Posts tagged with "S3"

AWS security

Aka DARK WEB HACKER COST ME $1600 SHOCK HORROR !

After I set up my Jekyll site and uploaded the content to Amazon S3 using s3website, I remember thinking I must re-read that section about securing the configuration file with AWS credentials in plain text'.

If the source code of your website is publicly available, ensure that the s3website.yml file is in the list of ignored files. For git users this means that the file .gitignore should mention the s3website.yml file.

So, I duly added 's3website.yml' to .gitignore and pushed to GitHub. I wasn't sure whether this file exclusion only took effect from now so I checked if the file was still in the repository. Unsurprisingly, it was but GitHub provided detailed instructions on how to resolve this.

So, job done and as my AWS credentials were only exposed for 57 minutes, no harm done.

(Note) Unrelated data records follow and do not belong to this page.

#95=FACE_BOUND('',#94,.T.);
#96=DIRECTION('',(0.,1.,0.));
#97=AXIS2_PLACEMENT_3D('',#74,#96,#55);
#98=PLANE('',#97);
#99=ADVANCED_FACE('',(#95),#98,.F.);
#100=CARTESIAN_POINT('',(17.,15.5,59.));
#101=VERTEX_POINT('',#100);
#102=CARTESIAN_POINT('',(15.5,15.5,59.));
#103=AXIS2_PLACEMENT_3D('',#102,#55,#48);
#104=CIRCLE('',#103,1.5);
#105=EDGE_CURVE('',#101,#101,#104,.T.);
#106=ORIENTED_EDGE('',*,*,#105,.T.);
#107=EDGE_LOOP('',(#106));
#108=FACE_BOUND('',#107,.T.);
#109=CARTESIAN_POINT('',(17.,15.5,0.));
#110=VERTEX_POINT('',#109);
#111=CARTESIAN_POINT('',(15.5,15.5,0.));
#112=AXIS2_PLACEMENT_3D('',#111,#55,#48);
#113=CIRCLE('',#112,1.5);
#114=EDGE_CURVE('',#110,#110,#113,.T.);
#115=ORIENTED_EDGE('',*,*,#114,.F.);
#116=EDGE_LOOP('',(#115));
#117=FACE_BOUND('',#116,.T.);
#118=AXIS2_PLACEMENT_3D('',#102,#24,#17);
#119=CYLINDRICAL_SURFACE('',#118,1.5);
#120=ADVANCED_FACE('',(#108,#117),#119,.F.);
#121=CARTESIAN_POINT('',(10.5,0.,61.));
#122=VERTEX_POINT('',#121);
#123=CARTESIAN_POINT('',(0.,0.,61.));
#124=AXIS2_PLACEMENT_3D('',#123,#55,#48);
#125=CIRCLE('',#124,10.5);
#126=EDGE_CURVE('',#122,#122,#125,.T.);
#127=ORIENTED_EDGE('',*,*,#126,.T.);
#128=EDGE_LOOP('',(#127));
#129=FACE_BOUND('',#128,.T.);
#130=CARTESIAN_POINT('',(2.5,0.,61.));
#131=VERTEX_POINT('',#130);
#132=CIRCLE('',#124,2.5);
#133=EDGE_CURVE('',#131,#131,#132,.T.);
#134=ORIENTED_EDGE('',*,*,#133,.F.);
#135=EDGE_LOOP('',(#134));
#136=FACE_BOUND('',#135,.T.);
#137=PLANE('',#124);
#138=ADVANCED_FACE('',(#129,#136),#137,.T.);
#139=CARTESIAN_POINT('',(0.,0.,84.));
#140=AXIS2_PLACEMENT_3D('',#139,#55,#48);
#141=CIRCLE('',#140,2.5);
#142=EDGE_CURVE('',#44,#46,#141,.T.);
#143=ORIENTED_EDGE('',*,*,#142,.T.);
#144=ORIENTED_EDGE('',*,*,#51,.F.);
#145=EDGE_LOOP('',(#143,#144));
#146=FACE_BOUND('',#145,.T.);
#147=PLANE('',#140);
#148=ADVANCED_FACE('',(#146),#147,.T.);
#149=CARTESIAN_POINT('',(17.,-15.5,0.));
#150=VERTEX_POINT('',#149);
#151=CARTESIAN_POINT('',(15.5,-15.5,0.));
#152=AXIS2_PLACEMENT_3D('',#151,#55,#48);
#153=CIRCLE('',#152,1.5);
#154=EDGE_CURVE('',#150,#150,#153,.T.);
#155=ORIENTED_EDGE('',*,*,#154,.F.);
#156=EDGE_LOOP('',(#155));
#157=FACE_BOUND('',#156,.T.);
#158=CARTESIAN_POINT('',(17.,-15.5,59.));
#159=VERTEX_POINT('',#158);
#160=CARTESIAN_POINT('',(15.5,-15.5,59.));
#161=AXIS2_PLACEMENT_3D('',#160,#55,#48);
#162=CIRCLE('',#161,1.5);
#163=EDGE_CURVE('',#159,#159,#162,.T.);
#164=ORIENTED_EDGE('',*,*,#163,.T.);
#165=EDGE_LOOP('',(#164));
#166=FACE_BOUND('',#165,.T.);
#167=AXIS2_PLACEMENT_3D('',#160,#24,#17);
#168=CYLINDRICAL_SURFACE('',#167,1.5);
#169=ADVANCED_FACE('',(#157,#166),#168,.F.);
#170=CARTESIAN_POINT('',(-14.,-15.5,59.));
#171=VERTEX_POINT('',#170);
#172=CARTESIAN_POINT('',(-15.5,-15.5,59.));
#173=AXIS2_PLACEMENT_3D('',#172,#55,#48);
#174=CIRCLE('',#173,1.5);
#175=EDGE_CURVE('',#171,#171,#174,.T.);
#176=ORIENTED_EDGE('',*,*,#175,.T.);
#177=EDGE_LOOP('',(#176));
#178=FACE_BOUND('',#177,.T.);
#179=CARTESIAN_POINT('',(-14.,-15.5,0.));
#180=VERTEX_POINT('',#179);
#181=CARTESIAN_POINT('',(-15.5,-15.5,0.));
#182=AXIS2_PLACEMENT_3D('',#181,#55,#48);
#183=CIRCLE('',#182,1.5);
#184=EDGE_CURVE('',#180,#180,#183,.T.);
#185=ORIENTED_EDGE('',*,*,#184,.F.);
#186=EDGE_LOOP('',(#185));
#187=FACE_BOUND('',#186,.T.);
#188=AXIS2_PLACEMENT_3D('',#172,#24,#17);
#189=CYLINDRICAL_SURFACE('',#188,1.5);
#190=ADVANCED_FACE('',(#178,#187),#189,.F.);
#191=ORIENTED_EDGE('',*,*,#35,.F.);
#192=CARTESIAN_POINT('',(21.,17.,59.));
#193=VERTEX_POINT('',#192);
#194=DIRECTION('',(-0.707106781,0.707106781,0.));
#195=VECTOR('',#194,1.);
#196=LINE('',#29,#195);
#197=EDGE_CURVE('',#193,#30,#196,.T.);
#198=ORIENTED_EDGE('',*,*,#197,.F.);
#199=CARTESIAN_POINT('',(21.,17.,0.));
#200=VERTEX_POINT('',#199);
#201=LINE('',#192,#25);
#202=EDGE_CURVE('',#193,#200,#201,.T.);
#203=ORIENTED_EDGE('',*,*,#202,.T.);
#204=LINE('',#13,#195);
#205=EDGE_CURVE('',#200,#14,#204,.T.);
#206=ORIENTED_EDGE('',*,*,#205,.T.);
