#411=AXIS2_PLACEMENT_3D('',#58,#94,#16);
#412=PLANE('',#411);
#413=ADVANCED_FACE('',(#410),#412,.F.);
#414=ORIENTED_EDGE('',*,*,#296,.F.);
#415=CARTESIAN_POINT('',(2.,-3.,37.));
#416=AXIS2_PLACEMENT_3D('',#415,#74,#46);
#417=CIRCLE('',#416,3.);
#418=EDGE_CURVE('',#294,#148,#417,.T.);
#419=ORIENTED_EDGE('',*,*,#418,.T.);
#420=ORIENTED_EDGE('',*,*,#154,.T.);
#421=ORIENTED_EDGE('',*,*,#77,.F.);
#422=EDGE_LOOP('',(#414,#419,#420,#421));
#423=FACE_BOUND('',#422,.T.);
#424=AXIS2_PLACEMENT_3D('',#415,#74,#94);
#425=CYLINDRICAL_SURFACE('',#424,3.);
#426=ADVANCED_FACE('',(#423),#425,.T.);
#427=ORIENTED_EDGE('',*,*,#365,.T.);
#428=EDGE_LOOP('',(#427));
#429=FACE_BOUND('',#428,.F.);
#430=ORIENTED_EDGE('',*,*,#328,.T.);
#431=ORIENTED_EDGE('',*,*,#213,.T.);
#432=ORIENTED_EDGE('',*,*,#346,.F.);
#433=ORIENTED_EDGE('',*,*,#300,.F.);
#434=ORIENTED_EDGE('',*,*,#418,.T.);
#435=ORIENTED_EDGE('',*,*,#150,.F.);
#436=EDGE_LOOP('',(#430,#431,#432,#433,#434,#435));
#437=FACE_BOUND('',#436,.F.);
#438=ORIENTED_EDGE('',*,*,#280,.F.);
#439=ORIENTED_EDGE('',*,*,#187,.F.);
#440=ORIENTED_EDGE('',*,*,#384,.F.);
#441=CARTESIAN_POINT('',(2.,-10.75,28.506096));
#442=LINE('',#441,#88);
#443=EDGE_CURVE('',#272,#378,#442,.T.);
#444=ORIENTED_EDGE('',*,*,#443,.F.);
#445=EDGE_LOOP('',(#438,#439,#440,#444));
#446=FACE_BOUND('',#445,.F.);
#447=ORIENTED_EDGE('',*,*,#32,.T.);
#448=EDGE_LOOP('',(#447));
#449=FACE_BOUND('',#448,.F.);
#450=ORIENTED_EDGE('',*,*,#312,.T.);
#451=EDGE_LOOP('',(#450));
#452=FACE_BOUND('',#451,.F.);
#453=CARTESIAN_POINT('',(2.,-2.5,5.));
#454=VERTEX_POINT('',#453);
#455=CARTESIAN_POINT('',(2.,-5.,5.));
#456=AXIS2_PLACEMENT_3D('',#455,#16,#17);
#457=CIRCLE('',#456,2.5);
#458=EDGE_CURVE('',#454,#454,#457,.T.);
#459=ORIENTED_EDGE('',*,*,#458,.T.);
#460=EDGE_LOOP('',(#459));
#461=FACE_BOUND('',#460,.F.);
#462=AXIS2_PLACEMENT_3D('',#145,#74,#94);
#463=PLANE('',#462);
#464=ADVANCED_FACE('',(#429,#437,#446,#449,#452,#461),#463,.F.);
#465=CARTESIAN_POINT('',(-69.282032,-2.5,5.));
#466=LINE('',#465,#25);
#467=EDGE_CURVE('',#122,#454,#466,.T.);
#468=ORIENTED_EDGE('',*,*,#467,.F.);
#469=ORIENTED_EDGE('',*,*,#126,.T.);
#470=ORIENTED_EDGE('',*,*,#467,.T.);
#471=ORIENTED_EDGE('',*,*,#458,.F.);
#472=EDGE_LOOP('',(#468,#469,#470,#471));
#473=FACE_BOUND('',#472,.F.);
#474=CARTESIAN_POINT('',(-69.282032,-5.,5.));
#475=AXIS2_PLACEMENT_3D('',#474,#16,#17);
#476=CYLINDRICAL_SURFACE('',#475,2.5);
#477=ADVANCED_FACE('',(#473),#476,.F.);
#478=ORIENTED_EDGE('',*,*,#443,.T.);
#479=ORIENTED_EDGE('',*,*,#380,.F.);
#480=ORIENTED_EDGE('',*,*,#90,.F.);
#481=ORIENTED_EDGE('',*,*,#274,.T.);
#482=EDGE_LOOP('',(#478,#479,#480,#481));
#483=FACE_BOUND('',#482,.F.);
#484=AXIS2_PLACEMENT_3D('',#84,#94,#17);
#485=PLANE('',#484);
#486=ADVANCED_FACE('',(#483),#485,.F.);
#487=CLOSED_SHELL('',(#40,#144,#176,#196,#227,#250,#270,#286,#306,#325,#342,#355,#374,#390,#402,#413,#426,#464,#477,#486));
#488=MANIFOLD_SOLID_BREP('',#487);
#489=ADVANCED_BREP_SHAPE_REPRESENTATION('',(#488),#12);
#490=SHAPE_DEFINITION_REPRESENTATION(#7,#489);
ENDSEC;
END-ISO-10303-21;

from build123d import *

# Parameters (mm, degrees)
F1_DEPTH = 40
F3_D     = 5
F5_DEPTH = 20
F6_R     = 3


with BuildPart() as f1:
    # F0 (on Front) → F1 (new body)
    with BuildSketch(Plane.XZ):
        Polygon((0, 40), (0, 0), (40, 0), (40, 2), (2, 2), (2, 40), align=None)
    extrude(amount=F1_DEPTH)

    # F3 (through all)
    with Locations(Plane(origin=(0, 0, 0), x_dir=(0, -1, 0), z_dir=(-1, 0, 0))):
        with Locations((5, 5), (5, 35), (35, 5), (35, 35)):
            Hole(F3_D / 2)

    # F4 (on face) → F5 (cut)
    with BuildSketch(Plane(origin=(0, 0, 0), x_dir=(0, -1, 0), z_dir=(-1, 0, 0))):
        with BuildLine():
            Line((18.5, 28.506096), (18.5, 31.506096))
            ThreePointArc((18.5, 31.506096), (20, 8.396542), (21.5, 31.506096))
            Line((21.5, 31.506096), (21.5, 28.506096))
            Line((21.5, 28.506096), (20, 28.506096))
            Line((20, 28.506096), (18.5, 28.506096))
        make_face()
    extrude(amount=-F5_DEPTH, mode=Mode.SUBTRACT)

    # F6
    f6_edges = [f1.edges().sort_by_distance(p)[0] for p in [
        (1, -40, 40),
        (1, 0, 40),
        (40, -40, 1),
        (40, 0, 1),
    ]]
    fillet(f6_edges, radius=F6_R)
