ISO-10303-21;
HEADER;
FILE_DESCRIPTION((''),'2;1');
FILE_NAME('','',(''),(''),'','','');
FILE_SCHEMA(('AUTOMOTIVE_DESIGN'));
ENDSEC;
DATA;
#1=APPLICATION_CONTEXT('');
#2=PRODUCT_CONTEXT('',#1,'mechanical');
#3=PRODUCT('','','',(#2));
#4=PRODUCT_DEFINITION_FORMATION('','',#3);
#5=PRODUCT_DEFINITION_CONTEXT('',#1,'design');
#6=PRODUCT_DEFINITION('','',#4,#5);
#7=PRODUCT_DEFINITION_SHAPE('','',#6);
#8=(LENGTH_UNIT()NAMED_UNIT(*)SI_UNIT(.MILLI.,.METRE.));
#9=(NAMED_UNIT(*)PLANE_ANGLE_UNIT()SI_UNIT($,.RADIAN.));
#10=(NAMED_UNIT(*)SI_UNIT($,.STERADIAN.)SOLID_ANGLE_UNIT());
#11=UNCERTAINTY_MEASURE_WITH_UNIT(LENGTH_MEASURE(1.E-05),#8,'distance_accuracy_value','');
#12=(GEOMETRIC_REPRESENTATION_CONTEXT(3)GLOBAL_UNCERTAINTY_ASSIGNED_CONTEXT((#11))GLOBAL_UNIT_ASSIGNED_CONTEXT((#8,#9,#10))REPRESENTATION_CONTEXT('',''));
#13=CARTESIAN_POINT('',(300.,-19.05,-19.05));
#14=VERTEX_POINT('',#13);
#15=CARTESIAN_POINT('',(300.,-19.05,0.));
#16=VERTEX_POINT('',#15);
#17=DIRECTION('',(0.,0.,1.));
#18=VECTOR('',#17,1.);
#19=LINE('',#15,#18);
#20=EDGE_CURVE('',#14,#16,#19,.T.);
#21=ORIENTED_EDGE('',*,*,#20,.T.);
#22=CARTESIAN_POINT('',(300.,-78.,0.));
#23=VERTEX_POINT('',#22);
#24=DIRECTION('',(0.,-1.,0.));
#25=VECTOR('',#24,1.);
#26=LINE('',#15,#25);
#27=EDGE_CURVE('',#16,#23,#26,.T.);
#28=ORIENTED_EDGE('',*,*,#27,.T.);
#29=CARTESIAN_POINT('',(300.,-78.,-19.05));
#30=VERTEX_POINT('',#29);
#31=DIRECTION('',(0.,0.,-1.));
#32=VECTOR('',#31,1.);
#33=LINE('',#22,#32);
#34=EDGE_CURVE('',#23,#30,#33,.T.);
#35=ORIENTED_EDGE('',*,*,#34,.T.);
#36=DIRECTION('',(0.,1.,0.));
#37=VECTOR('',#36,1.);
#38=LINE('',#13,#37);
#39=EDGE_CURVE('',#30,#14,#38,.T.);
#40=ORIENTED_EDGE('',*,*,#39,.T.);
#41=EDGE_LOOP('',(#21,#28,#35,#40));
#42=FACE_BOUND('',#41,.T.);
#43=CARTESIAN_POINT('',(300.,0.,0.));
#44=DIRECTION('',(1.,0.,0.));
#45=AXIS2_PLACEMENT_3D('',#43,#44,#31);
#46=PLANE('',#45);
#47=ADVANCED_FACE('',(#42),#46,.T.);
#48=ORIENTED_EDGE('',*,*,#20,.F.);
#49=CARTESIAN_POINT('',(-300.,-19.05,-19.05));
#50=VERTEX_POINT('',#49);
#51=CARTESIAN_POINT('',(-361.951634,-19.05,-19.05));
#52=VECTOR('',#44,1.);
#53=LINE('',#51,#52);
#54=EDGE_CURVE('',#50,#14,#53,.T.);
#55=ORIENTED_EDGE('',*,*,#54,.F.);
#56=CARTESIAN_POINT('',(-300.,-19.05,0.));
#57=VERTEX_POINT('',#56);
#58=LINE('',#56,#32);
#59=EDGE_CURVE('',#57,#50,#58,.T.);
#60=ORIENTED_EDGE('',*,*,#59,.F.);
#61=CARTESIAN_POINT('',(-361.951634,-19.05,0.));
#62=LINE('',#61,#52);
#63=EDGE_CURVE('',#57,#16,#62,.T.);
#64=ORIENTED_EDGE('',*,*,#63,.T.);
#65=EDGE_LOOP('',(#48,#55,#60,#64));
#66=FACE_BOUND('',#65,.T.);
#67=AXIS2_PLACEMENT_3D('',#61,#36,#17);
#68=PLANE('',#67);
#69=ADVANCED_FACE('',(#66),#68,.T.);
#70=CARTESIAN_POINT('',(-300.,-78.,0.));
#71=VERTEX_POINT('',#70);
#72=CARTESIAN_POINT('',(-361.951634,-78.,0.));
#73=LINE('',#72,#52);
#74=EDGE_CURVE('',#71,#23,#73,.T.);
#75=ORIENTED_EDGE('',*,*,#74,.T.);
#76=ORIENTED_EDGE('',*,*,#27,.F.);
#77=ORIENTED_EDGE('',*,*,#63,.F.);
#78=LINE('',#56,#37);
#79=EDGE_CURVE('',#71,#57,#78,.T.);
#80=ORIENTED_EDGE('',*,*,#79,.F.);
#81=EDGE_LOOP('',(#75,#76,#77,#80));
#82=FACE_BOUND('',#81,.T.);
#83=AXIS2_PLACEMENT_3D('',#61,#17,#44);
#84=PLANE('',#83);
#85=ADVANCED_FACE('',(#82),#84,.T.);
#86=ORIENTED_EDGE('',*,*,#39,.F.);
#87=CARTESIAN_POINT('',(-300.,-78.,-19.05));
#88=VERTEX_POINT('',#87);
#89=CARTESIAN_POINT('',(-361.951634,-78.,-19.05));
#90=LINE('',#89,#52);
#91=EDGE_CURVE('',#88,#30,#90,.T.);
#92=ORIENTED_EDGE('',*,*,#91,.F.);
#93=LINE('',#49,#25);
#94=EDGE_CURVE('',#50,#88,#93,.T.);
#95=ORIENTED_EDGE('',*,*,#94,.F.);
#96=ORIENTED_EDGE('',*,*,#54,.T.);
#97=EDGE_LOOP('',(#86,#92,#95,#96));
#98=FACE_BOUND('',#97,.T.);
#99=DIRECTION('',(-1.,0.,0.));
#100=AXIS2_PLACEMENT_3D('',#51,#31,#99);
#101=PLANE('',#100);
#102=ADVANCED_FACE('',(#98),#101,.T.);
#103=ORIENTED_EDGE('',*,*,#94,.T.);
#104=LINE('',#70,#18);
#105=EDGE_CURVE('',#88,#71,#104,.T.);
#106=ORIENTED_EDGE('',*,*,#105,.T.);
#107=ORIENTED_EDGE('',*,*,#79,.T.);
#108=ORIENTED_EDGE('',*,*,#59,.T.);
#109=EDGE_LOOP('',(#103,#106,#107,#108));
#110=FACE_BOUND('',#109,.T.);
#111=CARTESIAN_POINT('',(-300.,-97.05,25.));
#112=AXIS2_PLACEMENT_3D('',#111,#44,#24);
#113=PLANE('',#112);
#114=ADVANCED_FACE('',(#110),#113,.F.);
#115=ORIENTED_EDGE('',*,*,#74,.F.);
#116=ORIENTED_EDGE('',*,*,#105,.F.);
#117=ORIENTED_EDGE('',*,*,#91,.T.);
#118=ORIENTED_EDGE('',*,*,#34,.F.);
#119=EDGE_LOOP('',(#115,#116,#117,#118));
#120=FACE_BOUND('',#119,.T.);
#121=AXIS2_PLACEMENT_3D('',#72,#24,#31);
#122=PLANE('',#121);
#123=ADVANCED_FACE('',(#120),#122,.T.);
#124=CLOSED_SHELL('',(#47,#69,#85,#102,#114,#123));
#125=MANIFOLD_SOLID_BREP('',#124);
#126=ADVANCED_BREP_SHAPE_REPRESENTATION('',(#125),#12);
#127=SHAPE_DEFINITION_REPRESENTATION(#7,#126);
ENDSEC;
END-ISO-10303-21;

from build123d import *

# Parameters (mm, degrees)
SKETCH2_W           = 19.05
SKETCH2_H           = 58.95
BOSS_EXTRUDE1_DEPTH = 600


with BuildPart() as part:
    # Sketch2 → Boss-Extrude1 (new body)
    with BuildSketch(Plane(origin=(300, 0, 0), x_dir=(0, 0, -1), z_dir=(1, 0, 0))):
        with Locations((9.525, -48.525)):
            Rectangle(SKETCH2_W, SKETCH2_H)
    extrude(amount=-BOSS_EXTRUDE1_DEPTH)


solid = part.part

I went for lunch and returned to a voicemail from Amazon customer services asking me to contact them urgently about a 'security issue'. I also had an email and an AWS support case titled 'Your AWS account is compromised' describing, in detail, what corrective action I should take to promptly resolve the situation.

My heart sank a little as I followed the instructions and examined the list of EC instances running. 'Hmm, that's strange, I don't remember setting up 10 instances called "Ghost" in every region...'

I quickly terminated each instance and went to check my billing information. Phew. Usage for today was $0.00. Then I remembered a possible reason; in the dim and distant past, I experimented with a pre-built EC instance running Ghost. Maybe that was the reason but, deep down, I knew this wasn't the case as they had all been started today and I don't think 'ghost' was referring to the blogging platform.

Next I had to lockdown my AWS setup. First, although I already had a user account, I deleted the access keys associated with the 'root' account and changed my Amazon password. I also deleted the existing user and group, re-created them with new keys and followed the guidelines and best practice recommendations in the Identity and Access Management user guide.

Then I enabled multi-factor authentication (MFA) for the AWS root account. This means that access is secured by the requirement to enter a 6 digit code from my mobile phone using Google Authenticator.

The following morning, I logged onto AWS and checked my bill. In a short period of time, the imposter had clocked up $1600 worth of charges despite Amazon locking down the account once they detected the compromise. I contacted Amazon customer support who said they would refund the excess charges due to this 'mishap' and would notify me once this was 'approved'. A little ambiguous but hopefully, I will get reimbursed although strictly speaking, this 'mishap' was down to my own stupidity.

Finally, I did what I should have done in the first place and move the s3website configuration file elsewhere completely outside of the project directory and specify the location when sync'ing the site.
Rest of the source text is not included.